Folha de S. Paulo


Lendo um trecho de um texto clássico

Há ONZE dias, a Fuvest incluiu em sua prova de português um fragmento do romance "Til" (de 1871), de José de Alencar (1829-1877). Do excerto escolhido, vou citar o trecho em que se apoiou uma das questões, voltada para a avaliação da competência de leitura a partir do reconhecimento de alguns elementos da sintaxe.

Eis o trecho: "Tornando da malograda espera do tigre, alcançou o capanga um casal de velhinhos, que seguiam diante dele o mesmo caminho e conversavam acerca de seus negócios particulares. Das poucas palavras que apanhara, percebeu Jão Fera que destinavam eles uns cinquenta mil-réis (...) à compra de mantimentos, a fim de fazer...".

Vamos à questão: "Considere os seguintes comentários sobre diferentes elementos linguísticos presentes no texto: I. Em 'alcançou o capanga um casal de velhinhos', o contexto permite identificar qual é o sujeito, mesmo este estando posposto; II. A forma verbal 'seguiam' no trecho 'que seguiam diante dele o mesmo caminho' poderia estar no singular sem prejuízo para a correção gramatical; III. No trecho 'que destinavam eles uns cinquenta mil-réis', pode-se apontar um uso informal do pronome pessoal reto 'eles', como na frase 'Você tem visto eles por aí?'". A banca perguntou o que é verdadeiro e o que é falso.

O primeiro item (volte a ele, por favor) é bem representativo de um fato muito comum até pelo menos o meio do século passado: a ordem inversa. Se você ler manchetes de edições antigas dos nossos jornais, verá que é muito comum o sujeito posposto, isto é, posto depois do verbo. Veja estes exemplos (da "Folha da Manhã", de 8/05/1945): "Renderam-se incondicionalmente aos exércitos aliados as forças germânicas de terra, mar e ar"; "Recusa-se à rendição o comandante alemão em Praga".

O sujeito da primeira manchete ("as forças germânicas de terra, mar e ar") é o último termo da oração.

O sujeito da segunda também é posposto ("o comandante alemão em Praga"). Numa edição de hoje, esses títulos seriam impensáveis. O primeiro seria banido só pelo tamanho. Ainda que deixássemos de lado esse pormenor, teríamos os termos dispostos em outra ordem, não haveria artigo definido (pelo menos no sujeito), e os verbos estariam no presente. Teríamos isto: "Forças germânicas de terra, mar e ar se rendem (ou 'rendem-se') incondicionalmente aos exércitos aliados".

A segunda ficaria assim: "Comandante alemão em Praga se recusa (ou 'recusa-se') à rendição.

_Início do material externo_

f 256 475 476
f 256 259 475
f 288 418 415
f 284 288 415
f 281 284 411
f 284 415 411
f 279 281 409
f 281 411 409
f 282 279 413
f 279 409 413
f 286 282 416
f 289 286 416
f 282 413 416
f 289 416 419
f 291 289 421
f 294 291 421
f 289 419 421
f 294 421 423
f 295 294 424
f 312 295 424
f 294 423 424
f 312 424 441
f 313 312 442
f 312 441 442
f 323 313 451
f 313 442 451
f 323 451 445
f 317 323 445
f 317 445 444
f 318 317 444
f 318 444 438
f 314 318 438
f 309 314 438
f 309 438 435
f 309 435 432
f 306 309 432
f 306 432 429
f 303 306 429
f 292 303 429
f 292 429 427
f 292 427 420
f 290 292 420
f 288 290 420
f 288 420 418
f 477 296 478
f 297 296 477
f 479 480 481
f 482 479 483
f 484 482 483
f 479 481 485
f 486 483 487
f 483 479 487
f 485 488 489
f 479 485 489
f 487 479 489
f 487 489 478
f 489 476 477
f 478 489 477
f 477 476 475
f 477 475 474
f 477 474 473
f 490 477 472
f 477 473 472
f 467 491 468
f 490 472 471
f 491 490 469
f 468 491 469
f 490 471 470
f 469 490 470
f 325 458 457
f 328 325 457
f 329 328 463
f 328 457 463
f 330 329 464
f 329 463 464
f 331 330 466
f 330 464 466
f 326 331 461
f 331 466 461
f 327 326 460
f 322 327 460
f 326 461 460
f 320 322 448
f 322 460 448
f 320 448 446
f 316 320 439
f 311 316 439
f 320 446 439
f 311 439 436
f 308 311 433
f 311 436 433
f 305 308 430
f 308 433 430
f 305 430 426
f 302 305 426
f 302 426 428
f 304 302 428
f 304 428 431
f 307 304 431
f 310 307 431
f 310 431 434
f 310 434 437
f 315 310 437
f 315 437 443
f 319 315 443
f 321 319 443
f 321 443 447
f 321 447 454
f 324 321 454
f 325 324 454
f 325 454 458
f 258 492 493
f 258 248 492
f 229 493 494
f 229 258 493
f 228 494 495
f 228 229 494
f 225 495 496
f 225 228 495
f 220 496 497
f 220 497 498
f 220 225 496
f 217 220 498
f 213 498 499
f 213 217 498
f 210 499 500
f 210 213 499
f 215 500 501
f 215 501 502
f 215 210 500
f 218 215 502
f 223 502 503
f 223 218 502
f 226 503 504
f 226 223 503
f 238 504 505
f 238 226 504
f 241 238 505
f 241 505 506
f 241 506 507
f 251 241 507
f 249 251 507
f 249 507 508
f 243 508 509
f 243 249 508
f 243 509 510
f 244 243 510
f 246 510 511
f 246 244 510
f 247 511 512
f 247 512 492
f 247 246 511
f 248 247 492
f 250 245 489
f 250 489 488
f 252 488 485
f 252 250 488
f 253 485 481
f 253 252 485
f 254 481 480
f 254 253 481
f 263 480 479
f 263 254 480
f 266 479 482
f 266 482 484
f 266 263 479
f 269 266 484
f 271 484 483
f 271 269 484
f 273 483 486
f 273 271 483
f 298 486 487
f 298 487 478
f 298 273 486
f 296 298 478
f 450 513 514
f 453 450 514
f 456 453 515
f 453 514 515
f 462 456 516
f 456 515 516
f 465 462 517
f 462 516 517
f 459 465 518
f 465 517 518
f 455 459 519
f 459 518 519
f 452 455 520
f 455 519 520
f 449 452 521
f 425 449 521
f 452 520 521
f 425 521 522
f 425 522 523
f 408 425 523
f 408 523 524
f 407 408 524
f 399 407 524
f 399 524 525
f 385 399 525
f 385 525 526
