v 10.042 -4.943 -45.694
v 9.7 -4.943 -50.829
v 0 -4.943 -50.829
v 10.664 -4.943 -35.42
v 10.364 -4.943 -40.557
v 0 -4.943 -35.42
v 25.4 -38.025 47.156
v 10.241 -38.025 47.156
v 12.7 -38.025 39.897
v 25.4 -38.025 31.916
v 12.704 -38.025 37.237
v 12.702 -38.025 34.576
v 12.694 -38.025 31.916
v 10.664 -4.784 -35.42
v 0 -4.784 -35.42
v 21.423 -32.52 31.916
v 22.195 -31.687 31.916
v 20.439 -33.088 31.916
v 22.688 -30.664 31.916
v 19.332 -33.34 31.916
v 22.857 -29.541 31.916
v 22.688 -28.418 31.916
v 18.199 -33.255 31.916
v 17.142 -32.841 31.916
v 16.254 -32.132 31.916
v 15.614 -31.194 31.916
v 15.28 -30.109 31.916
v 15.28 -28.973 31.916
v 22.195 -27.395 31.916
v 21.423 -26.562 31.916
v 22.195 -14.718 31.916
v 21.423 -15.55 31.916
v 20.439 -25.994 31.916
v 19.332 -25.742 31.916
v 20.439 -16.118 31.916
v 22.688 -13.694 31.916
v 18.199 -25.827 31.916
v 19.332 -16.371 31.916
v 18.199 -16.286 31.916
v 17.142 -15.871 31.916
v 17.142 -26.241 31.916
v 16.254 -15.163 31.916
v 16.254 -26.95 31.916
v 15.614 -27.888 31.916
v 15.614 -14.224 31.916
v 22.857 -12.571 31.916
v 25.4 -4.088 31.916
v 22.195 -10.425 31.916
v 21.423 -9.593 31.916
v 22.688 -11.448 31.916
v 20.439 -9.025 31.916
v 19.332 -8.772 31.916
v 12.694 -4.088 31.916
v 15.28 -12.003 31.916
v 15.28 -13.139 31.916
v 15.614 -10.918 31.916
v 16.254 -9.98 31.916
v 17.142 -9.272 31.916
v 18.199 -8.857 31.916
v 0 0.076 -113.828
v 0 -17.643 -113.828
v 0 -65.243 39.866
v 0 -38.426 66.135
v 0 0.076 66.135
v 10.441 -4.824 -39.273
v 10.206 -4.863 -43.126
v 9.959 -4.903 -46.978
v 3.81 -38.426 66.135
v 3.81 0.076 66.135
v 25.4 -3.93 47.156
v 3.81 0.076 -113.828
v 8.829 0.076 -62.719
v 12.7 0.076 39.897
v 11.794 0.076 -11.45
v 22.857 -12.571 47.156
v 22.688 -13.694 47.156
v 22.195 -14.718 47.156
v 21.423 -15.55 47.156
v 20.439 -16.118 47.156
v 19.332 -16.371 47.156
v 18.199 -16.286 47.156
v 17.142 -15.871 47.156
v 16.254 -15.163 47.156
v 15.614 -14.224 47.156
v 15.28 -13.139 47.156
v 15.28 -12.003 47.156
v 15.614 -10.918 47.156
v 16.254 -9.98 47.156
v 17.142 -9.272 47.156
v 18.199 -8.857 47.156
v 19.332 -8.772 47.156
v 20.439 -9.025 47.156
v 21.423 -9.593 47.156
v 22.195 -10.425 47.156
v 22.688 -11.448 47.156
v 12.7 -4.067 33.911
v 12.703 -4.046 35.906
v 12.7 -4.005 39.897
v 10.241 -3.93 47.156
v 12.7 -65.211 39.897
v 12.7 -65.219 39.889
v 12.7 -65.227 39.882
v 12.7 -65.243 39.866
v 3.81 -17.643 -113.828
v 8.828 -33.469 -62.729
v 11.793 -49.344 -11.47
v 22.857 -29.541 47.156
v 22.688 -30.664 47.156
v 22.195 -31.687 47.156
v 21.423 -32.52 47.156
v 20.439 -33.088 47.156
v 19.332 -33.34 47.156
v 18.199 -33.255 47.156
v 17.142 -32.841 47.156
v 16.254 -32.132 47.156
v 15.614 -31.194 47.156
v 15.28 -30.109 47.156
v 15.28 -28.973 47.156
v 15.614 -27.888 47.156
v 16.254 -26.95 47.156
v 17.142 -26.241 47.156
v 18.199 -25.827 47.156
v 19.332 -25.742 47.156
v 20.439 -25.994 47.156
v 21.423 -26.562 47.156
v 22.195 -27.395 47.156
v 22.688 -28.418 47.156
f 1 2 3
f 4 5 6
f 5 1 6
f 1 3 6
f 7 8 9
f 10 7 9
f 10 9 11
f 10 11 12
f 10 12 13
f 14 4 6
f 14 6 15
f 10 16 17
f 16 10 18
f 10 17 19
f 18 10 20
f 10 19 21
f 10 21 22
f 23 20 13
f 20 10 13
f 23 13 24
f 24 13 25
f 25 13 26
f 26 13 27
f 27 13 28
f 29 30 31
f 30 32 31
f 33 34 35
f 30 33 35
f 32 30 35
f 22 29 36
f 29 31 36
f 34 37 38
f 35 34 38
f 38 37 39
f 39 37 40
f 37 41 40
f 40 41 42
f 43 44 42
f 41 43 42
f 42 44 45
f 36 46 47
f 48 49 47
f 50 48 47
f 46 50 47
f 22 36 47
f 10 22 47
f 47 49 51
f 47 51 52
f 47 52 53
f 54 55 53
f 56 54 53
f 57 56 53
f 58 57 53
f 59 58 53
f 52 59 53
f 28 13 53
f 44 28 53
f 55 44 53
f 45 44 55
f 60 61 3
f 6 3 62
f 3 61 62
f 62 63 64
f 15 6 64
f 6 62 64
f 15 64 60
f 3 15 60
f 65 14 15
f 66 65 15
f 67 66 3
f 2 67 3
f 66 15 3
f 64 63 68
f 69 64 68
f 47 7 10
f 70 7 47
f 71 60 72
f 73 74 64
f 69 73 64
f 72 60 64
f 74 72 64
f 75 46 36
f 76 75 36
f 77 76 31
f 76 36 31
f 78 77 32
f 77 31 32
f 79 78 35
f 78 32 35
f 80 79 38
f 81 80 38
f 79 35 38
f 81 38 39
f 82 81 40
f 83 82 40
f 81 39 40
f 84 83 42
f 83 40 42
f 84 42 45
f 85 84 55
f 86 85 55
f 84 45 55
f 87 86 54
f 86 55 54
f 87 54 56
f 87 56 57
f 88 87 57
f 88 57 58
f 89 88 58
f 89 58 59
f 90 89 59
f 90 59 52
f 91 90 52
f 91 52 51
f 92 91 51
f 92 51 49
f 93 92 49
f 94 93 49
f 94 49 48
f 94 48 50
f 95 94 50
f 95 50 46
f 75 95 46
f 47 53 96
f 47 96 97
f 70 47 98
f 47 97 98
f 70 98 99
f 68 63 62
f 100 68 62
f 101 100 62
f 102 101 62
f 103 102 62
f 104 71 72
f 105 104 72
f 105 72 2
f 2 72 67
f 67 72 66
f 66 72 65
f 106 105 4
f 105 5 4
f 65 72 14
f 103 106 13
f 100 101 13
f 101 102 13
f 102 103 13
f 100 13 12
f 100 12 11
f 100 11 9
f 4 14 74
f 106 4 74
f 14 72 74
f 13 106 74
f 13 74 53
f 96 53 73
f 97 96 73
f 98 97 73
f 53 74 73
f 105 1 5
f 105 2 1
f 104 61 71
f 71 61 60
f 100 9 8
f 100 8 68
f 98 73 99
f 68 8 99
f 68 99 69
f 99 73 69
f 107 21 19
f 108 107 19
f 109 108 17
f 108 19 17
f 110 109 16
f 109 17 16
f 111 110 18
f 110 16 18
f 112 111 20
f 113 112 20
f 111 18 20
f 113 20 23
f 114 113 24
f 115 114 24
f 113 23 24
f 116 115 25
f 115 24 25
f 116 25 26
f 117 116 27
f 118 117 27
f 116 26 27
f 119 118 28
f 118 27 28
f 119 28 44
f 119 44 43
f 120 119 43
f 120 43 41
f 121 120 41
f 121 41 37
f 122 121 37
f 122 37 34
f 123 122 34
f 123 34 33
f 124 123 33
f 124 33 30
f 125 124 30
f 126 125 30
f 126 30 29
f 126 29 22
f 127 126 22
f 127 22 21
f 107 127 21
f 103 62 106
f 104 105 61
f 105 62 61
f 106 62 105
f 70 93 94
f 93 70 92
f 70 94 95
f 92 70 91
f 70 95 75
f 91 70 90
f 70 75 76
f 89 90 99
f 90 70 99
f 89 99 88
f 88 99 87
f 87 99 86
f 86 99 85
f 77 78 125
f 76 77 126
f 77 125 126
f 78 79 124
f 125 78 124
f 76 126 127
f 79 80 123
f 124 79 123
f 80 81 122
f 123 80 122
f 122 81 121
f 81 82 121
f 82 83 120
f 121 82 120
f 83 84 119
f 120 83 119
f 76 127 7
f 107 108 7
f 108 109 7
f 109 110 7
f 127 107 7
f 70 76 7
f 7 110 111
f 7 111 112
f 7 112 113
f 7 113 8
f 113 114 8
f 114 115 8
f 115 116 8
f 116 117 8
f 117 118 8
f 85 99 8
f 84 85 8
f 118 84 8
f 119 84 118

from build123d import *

# Parameters (mm, degrees)
F1_DEPTH   = 25.4
F3_DEPTH   = 25.4
F1_FACE1_W = 25.4
F1_FACE1_H = 38.1020354138
F4_DEPTH   = 76.2
F5_DEPTH   = 25.4
F6_R       = 3.81
F7_DEPTH   = 25.4


with BuildPart() as f1:
    # F0 (on Right) → F1 (new body)
    with BuildSketch(Plane.YZ):
        Polygon((-3.7335716031, 66.174152714), (-38.0235716031, 66.5286004045), (-65.2428203725, 39.8663124475), (-17.6430062947, -113.8280024187), (-4.9430062947, -113.8280024187), (-4.9430062947, -50.8290516523), (-4.9430062947, -35.4195966316), (-4.783722371, -35.4195966316), (-4.0876944394, 31.9155797899), (-38.02458931, 31.9155797899), (-38.02458931, 47.1555797899), (-3.9301621325, 47.1555797899), align=None)
        Polygon((0.0764283969, 31.9155797899), (-4.0876944394, 31.9155797899), (-4.783722371, -35.4195966316), (0.0764283969, -35.4195966316), align=None)
        Polygon((-4.9430062947, -50.8290516523), (-4.9430062947, -113.8280024187), (0.0764283969, -113.8280024187), (0.0764283969, -35.4195966316), (-4.783722371, -35.4195966316), align=None)
        Polygon((0.0764283969, 66.1347696372), (-3.7335716031, 66.174152714), (-3.9301621325, 47.1555797899), (0.0764283969, 47.1555797899), align=None)
        Polygon((0.0764283969, 47.1555797899), (-3.9301621325, 47.1555797899), (-4.0876944394, 31.9155797899), (0.0764283969, 31.9155797899), align=None)
    extrude(amount=F1_DEPTH)

    # F0 (on Right) → F3 (join)
    with BuildSketch(Plane.YZ):
        Polygon((-4.0876944394, 31.9155797899), (-3.9301621325, 47.1555797899), (-38.02458931, 47.1555797899), (-38.02458931, 31.9155797899), align=None)
    extrude(amount=F3_DEPTH)

    # F2 (on face) + F1_face1 (on face) → F4 (cut)
    with BuildSketch(Plane(origin=(0, 0.0764283969, 0), x_dir=(-1, 0, 0), z_dir=(0, 1, 0))):
        Polygon((-12.7, 55.3310290966), (-3.81, 66.1347696372), (-12.7, 66.1347696372), align=None)
        with BuildLine():
            ThreePointArc((-12.7, -113.8280024187), (-22.1716577551, -37.2233399355), (-25.4, 39.8971140385))
            Line((-25.4, 39.8971140385), (-25.4, -113.8280024187))
            Line((-25.4, -113.8280024187), (-12.7, -113.8280024187))
        make_face()
        Polygon((-12.7, 55.3310290966), (-12.7, 66.1347696372), (-25.4, 66.1347696372), (-25.4, 39.8971140385), align=None)
        Polygon((-12.7, 39.8971140385), (-3.81, 66.1347696372), (-12.7, 55.3310290966), align=None)
        Polygon((-25.4, 39.8971140385), (-12.7, 39.8971140385), (-12.7, 55.3310290966), align=None)
        with BuildLine():
            ThreePointArc((-3.81, -113.8280024187), (-10.5684247316, -37.0992306938), (-12.7, 39.8971140385))
            Line((-12.7, 39.8971140385), (-25.4, 39.8971140385))
            ThreePointArc((-25.4, 39.8971140385), (-22.1716577551, -37.2233399355), (-12.7, -113.8280024187))
            Line((-12.7, -113.8280024187), (-3.81, -113.8280024187))
        make_face()
    with BuildSketch(Plane(origin=(12.7, -18.9735716031, 66.3316850209), x_dir=(1, 0, 0), z_dir=(0, 0.0103362134, 0.9999465799))):
        Rectangle(F1_FACE1_W, F1_FACE1_H)
    extrude(amount=-F4_DEPTH, dir=(0, 1, 0), mode=Mode.SUBTRACT)

    # F0 (on Right) → F5 (join)
    with BuildSketch(Plane.YZ):
        Polygon((-4.0876944394, 31.9155797899), (-3.9301621325, 47.1555797899), (-38.02458931, 47.1555797899), (-38.02458931, 31.9155797899), align=None)
    extrude(amount=F5_DEPTH)

    # F6 (on face) → F7 (cut)
    with BuildSketch(Plane(origin=(0, 0, 31.9155797899), x_dir=(1, 0, 0), z_dir=(0, 0, -1))):
        with Locations((19.0471851579, 12.5712944394)):
            Circle(F6_R)
        with Locations((19.0471851579, 29.54098931)):
            Circle(F6_R)
    extrude(amount=-F7_DEPTH, mode=Mode.SUBTRACT)


solid = f1.part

Voltemos ao item I da questão da Fuvest, que é mais do que correto. De fato, o contexto permite identificar o sujeito de "alcançou o capanga um casal de velhinhos". É "o capanga" ("o capanga alcançou um casal de velhinhos"). No item II, também correto, a flexão verbal "seguiam" concorda com "velhinhos", especificador do núcleo do sujeito ("um casal de velhinhos"), mas poderia sim ser substituída por "seguia", que concordaria com o núcleo do sujeito ("casal").

Por fim, no item III, que é incorreto, o pronome "eles" nem de longe representa o que ocorre no uso informal da língua. Esse "eles" é sujeito (posposto, de novo). Na ordem direta, teríamos isto: "...que eles destinavam uns cinquenta mil-réis (...) à compra de mantimentos...".

No item III há outro sujeito posposto ("Jão Fera"). Na ordem direta, teríamos: "...que apanhara, Jão Fera percebeu que eles destinavam uns cinquenta mil-réis (...) à compra de mantimentos". É isso.